What needs to be done |
Below are the entries to work from; restate word for word the portion that opens with the line containing "#378=PLANE('',#377);" and closes with the line containing "#390=ADVANCED_BREP_SHAPE_REPRESENTATION('',(#389),#12);", keeping both.

Data section |
******
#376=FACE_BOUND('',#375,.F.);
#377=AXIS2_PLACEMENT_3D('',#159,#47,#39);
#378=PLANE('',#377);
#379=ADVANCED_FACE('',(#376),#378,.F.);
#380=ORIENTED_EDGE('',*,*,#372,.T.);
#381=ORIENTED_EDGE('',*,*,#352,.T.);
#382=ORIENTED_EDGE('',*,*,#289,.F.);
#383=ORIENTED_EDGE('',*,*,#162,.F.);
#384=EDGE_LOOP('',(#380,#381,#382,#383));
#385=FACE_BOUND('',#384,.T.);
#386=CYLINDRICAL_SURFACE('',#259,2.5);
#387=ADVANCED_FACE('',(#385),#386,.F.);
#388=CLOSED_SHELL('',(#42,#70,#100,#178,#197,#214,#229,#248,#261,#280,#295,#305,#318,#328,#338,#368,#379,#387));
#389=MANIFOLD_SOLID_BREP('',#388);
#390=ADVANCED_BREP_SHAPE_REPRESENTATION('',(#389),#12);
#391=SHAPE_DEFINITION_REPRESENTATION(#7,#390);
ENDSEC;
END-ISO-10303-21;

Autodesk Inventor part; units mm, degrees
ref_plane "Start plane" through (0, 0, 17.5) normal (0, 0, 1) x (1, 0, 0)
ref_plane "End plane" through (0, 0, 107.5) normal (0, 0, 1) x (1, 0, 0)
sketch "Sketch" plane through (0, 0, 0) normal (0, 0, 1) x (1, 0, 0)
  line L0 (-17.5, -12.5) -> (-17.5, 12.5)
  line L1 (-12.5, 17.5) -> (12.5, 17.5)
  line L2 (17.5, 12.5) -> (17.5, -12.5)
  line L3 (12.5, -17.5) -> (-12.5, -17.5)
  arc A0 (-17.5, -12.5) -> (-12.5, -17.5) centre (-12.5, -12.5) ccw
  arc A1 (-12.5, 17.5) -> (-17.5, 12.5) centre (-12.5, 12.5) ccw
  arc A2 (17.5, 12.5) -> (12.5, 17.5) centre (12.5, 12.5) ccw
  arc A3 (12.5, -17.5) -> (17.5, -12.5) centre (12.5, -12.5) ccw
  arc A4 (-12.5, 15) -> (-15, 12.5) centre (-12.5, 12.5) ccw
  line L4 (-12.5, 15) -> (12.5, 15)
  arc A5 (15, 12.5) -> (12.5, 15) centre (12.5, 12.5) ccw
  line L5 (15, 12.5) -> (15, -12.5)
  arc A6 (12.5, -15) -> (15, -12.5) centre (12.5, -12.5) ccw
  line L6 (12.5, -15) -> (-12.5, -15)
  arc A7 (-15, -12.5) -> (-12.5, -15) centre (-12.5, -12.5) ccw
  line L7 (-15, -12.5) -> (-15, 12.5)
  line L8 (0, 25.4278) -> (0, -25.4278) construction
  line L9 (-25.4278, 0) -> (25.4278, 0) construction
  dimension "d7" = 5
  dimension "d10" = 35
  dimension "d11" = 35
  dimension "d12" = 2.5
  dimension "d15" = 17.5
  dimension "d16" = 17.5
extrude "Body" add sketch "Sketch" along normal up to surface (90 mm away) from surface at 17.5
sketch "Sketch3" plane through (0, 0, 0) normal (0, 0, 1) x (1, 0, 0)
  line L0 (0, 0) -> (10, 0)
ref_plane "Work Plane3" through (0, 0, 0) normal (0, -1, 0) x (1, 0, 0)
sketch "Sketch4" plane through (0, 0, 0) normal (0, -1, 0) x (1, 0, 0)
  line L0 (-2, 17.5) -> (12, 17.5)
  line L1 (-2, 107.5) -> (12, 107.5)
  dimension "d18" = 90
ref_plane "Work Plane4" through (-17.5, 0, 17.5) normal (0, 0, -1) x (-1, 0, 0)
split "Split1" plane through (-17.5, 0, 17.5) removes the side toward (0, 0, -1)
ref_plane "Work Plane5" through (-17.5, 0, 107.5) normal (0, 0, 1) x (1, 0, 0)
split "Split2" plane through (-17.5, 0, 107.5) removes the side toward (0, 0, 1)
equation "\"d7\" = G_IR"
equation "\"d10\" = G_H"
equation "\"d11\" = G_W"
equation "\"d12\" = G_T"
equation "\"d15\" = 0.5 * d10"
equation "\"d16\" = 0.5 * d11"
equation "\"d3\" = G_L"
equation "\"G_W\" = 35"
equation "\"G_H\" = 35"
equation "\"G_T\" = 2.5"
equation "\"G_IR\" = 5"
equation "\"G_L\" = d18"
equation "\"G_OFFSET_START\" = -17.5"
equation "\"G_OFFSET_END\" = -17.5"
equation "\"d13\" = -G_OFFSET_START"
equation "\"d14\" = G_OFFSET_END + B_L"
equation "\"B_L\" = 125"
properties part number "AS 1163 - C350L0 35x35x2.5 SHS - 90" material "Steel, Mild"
******
The completed task |
#378=PLANE('',#377);
#379=ADVANCED_FACE('',(#376),#378,.F.);
#380=ORIENTED_EDGE('',*,*,#372,.T.);
#381=ORIENTED_EDGE('',*,*,#352,.T.);
#382=ORIENTED_EDGE('',*,*,#289,.F.);
#383=ORIENTED_EDGE('',*,*,#162,.F.);
#384=EDGE_LOOP('',(#380,#381,#382,#383));
#385=FACE_BOUND('',#384,.T.);
#386=CYLINDRICAL_SURFACE('',#259,2.5);
#387=ADVANCED_FACE('',(#385),#386,.F.);
#388=CLOSED_SHELL('',(#42,#70,#100,#178,#197,#214,#229,#248,#261,#280,#295,#305,#318,#328,#338,#368,#379,#387));
#389=MANIFOLD_SOLID_BREP('',#388);
#390=ADVANCED_BREP_SHAPE_REPRESENTATION('',(#389),#12);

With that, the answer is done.